→ **Required work**
For the listing that follows, give again exactly the lines from the one with "v 1.411 0.535 25.4" to the one with "v 25.4 28.575 25.4", including both.

→ **Task material**
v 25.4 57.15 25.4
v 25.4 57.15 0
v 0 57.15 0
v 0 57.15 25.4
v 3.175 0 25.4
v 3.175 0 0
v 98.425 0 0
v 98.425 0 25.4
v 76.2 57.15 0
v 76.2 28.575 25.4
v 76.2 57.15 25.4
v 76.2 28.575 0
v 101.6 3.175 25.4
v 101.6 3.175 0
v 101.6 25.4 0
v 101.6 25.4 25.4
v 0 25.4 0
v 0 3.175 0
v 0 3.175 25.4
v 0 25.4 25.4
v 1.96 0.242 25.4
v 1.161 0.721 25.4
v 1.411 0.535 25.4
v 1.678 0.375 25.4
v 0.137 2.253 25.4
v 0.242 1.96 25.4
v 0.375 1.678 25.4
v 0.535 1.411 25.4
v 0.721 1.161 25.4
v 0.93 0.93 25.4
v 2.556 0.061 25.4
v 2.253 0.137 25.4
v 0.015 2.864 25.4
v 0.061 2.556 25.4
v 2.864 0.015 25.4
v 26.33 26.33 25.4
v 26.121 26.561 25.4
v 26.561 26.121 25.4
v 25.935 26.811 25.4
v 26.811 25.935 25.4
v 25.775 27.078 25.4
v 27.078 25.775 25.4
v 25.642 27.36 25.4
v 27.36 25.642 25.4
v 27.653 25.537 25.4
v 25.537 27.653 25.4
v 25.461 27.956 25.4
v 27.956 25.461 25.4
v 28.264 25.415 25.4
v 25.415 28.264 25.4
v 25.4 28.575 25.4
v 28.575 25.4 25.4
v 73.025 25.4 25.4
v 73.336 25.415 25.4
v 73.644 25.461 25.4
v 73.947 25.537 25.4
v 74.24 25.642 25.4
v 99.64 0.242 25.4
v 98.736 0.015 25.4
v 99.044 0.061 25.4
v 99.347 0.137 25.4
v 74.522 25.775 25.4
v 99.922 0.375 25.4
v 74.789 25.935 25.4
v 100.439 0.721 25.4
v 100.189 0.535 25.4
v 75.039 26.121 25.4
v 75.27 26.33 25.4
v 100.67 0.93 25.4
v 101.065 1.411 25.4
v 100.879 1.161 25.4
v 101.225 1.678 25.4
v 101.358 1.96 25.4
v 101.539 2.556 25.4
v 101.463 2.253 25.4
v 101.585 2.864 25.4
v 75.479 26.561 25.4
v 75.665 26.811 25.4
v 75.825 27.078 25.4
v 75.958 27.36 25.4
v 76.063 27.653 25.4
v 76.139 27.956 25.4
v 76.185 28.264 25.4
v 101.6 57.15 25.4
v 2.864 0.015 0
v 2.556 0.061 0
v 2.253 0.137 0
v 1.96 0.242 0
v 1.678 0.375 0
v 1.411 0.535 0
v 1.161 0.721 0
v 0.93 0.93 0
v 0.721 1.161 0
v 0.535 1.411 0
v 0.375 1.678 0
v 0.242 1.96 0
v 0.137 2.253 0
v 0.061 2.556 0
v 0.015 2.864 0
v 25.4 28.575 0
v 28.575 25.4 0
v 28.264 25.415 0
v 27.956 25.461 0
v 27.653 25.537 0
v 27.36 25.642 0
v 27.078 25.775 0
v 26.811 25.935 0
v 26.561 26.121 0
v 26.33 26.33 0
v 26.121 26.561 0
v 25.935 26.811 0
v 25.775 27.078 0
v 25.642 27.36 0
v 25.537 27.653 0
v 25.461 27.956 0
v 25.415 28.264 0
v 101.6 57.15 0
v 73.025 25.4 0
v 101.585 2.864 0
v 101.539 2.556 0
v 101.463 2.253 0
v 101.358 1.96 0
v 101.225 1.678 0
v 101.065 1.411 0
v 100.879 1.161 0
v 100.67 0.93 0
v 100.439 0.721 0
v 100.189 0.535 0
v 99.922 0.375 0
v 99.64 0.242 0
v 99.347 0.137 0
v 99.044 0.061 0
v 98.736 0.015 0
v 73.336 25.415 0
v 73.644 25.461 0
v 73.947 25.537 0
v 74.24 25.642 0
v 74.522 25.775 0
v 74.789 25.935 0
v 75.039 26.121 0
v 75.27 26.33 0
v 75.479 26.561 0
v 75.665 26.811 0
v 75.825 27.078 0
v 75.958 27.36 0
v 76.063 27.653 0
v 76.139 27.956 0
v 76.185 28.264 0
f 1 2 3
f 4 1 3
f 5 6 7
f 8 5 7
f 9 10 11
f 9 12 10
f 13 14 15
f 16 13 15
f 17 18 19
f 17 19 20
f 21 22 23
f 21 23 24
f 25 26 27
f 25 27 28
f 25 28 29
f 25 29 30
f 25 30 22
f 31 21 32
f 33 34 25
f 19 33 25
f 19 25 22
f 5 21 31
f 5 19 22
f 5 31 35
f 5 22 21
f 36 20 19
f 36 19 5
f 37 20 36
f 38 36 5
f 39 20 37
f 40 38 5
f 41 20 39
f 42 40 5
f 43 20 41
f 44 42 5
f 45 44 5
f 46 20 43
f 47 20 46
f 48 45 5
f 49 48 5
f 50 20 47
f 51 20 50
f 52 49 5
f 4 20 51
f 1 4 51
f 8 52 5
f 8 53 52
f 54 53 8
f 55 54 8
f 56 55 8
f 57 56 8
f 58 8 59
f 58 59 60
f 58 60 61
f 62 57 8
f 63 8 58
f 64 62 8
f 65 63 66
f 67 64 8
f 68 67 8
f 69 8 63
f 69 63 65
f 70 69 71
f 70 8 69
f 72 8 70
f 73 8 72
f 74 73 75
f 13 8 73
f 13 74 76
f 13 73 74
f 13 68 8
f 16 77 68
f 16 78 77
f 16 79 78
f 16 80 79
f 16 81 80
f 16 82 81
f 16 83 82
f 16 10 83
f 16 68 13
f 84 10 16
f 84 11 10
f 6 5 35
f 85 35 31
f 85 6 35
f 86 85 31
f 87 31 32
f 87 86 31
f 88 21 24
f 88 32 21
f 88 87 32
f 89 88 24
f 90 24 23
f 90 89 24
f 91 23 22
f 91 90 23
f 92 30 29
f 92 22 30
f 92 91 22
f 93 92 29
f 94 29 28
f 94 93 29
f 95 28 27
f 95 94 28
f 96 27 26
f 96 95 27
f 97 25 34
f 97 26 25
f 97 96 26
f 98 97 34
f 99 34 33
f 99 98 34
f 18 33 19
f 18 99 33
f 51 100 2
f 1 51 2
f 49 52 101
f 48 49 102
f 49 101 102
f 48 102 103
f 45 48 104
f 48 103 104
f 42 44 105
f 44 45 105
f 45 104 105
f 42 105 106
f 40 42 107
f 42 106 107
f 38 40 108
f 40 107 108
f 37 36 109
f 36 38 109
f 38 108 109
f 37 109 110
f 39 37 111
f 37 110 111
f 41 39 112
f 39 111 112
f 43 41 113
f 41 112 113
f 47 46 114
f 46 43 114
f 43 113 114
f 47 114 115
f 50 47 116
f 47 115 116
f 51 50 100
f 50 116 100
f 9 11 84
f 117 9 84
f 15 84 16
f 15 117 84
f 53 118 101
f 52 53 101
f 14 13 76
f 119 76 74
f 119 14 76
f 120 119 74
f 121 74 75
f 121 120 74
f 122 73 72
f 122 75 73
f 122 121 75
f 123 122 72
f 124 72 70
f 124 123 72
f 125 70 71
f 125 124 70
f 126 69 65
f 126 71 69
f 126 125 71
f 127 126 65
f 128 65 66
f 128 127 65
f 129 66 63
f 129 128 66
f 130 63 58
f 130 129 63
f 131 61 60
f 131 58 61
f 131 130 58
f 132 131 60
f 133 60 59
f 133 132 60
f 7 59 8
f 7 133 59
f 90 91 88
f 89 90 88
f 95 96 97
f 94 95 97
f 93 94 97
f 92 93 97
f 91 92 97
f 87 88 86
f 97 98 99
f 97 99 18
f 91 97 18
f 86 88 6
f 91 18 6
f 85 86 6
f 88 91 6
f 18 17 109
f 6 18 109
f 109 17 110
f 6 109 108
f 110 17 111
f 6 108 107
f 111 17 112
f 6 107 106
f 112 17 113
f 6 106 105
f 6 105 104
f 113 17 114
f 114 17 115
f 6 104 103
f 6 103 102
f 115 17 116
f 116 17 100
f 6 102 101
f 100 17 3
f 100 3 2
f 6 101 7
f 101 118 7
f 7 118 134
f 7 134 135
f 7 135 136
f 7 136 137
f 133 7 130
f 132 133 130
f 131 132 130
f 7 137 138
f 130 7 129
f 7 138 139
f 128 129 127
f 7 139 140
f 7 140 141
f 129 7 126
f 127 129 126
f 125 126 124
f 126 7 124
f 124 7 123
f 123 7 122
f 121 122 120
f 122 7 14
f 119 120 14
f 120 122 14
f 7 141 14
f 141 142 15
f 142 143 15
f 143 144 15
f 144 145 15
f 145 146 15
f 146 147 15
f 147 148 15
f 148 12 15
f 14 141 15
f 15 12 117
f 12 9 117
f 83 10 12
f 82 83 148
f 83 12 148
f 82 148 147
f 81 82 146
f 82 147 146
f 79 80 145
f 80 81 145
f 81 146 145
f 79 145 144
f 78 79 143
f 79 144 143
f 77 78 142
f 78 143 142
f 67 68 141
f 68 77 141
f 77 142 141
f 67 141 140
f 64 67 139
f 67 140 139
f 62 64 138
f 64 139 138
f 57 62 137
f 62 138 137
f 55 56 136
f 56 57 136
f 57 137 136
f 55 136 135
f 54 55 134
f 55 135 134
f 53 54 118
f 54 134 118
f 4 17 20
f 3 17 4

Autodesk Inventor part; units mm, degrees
ref_plane "YZ Plane" through (0, 0, 0) normal (1, 0, 0) x (0, 1, 0)
ref_plane "XZ Plane" through (0, 0, 0) normal (0, 1, 0) x (-1, 0, 0)
ref_plane "XY Plane" through (0, 0, 0) normal (0, 0, 1) x (1, 0, 0)
sketch "Sketch1" plane through (0, 0, 0) normal (0, 0, 1) x (1, 0, 0)
  line L0 (-21.2406, 0) -> (122.8406, 0) projected
  line L1 (0, -12.2191) -> (0, 68.7115) projected
  line L2 (3.175, 0) -> (98.425, 0)
  line L3 (101.6, 3.175) -> (101.6, 25.4)
  line L4 (73.025, 25.4) -> (28.575, 25.4)
  line L5 (0, 25.4) -> (0, 3.175)
  line L6 (0, 25.4) -> (25.4, 25.4)
  line L7 (25.4, 28.575) -> (25.4, 57.15)
  line L8 (25.4, 57.15) -> (0, 57.15)
  line L9 (0, 57.15) -> (0, 25.4)
  line L10 (76.2, 57.15) -> (101.6, 57.15)
  line L11 (101.6, 57.15) -> (101.6, 25.4)
  line L12 (101.6, 25.4) -> (76.2, 25.4)
  line L13 (76.2, 28.575) -> (76.2, 57.15)
  arc A0 (25.4, 28.575) -> (28.575, 25.4) centre (28.575, 28.575) ccw
  arc A1 (73.025, 25.4) -> (76.2, 28.575) centre (73.025, 28.575) ccw
  arc A2 (98.425, 0) -> (101.6, 3.175) centre (98.425, 3.175) ccw
  arc A3 (0, 3.175) -> (3.175, 0) centre (3.175, 3.175) ccw
  point P0 (0, 0)
  point P1 (101.6, 0)
  dimension "d0" = 101.6
  dimension "d1" = 25.4
  dimension "d2" = 25.4
  dimension "d3" = 57.15
  dimension "d4" = 25.4
  dimension "d5" = 57.15
  dimension "d6" = 3.175
extrude "Extrusion1" add sketch "Sketch1" along normal blind 25.4 contours A3 L1 L8 L7 A0 L4 A1 L13 L10 L11 L3 A2 L0
properties part number "ferrite_core"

→ **Output of the task**
v 1.411 0.535 25.4
v 1.678 0.375 25.4
v 0.137 2.253 25.4
v 0.242 1.96 25.4
v 0.375 1.678 25.4
v 0.535 1.411 25.4
v 0.721 1.161 25.4
v 0.93 0.93 25.4
v 2.556 0.061 25.4
v 2.253 0.137 25.4
v 0.015 2.864 25.4
v 0.061 2.556 25.4
v 2.864 0.015 25.4
v 26.33 26.33 25.4
v 26.121 26.561 25.4
v 26.561 26.121 25.4
v 25.935 26.811 25.4
v 26.811 25.935 25.4
v 25.775 27.078 25.4
v 27.078 25.775 25.4
v 25.642 27.36 25.4
v 27.36 25.642 25.4
v 27.653 25.537 25.4
v 25.537 27.653 25.4
v 25.461 27.956 25.4
v 27.956 25.461 25.4
v 28.264 25.415 25.4
v 25.415 28.264 25.4
v 25.4 28.575 25.4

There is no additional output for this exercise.